→ **SUPPLIED RECORDS**
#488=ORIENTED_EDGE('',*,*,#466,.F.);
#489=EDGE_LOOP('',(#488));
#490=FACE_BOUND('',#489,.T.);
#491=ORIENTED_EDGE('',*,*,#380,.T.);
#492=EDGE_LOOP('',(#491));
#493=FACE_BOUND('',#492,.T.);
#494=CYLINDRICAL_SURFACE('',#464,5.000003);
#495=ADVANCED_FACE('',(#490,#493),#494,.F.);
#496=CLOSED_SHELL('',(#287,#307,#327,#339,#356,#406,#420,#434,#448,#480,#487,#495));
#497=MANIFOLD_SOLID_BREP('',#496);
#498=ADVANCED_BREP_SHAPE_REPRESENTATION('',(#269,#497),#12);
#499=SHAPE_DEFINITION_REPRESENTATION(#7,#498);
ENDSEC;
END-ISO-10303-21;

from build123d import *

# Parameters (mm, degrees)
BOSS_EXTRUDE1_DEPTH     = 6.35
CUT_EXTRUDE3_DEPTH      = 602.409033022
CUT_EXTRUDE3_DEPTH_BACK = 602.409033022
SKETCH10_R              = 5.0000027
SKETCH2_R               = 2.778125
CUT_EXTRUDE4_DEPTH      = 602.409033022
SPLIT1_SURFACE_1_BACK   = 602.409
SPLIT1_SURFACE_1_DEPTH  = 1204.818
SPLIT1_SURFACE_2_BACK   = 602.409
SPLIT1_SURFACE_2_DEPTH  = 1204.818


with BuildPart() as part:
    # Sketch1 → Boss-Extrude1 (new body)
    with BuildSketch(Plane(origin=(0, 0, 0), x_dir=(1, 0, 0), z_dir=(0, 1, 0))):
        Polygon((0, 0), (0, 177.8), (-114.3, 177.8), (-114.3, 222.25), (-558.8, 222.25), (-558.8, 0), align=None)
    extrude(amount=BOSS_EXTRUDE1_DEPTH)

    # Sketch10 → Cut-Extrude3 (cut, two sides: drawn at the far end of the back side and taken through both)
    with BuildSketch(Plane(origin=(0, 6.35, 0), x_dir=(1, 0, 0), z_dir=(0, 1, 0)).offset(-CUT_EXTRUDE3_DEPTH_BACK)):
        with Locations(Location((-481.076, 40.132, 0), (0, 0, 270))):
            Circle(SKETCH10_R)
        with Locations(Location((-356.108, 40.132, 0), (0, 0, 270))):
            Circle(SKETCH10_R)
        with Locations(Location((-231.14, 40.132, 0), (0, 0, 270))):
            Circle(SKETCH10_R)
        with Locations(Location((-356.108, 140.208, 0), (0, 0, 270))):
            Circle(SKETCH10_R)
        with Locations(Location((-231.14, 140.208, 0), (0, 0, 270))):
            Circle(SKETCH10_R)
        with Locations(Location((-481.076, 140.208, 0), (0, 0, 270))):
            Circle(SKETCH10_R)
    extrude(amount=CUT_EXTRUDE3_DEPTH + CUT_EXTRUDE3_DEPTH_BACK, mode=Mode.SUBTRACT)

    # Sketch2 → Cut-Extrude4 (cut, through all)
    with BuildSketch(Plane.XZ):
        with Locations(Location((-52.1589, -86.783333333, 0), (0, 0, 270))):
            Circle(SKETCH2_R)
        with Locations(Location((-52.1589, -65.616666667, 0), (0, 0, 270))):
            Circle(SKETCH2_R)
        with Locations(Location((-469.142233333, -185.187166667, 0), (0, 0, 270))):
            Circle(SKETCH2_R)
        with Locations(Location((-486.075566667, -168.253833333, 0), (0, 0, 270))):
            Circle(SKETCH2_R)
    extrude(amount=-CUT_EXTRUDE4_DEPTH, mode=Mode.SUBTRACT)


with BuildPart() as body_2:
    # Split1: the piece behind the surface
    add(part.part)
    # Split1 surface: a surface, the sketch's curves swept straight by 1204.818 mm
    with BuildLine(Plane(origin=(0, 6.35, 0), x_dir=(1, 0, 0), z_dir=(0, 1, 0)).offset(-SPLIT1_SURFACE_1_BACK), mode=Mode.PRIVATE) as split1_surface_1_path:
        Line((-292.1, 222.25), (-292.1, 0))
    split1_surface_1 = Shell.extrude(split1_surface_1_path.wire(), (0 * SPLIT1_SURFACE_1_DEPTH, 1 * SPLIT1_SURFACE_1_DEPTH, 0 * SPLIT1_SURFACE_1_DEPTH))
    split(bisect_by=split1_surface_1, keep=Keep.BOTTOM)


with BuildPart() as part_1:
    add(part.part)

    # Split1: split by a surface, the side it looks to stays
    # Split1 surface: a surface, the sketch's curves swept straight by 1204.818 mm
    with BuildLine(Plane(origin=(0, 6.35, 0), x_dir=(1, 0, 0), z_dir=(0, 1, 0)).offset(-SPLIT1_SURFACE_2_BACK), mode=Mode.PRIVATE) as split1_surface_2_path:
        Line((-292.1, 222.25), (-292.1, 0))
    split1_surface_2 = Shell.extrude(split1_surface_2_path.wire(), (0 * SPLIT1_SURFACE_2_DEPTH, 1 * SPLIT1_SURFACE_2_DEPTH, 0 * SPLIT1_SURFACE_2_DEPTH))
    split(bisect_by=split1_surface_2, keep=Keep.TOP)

→ **EXERCISE DETAILS**
From the entries, report each line that includes the word "origin".

→ **TASK SOLUTION**
    with BuildSketch(Plane(origin=(0, 0, 0), x_dir=(1, 0, 0), z_dir=(0, 1, 0))):
    with BuildSketch(Plane(origin=(0, 6.35, 0), x_dir=(1, 0, 0), z_dir=(0, 1, 0)).offset(-CUT_EXTRUDE3_DEPTH_BACK)):
    with BuildLine(Plane(origin=(0, 6.35, 0), x_dir=(1, 0, 0), z_dir=(0, 1, 0)).offset(-SPLIT1_SURFACE_1_BACK), mode=Mode.PRIVATE) as split1_surface_1_path:
    with BuildLine(Plane(origin=(0, 6.35, 0), x_dir=(1, 0, 0), z_dir=(0, 1, 0)).offset(-SPLIT1_SURFACE_2_BACK), mode=Mode.PRIVATE) as split1_surface_2_path:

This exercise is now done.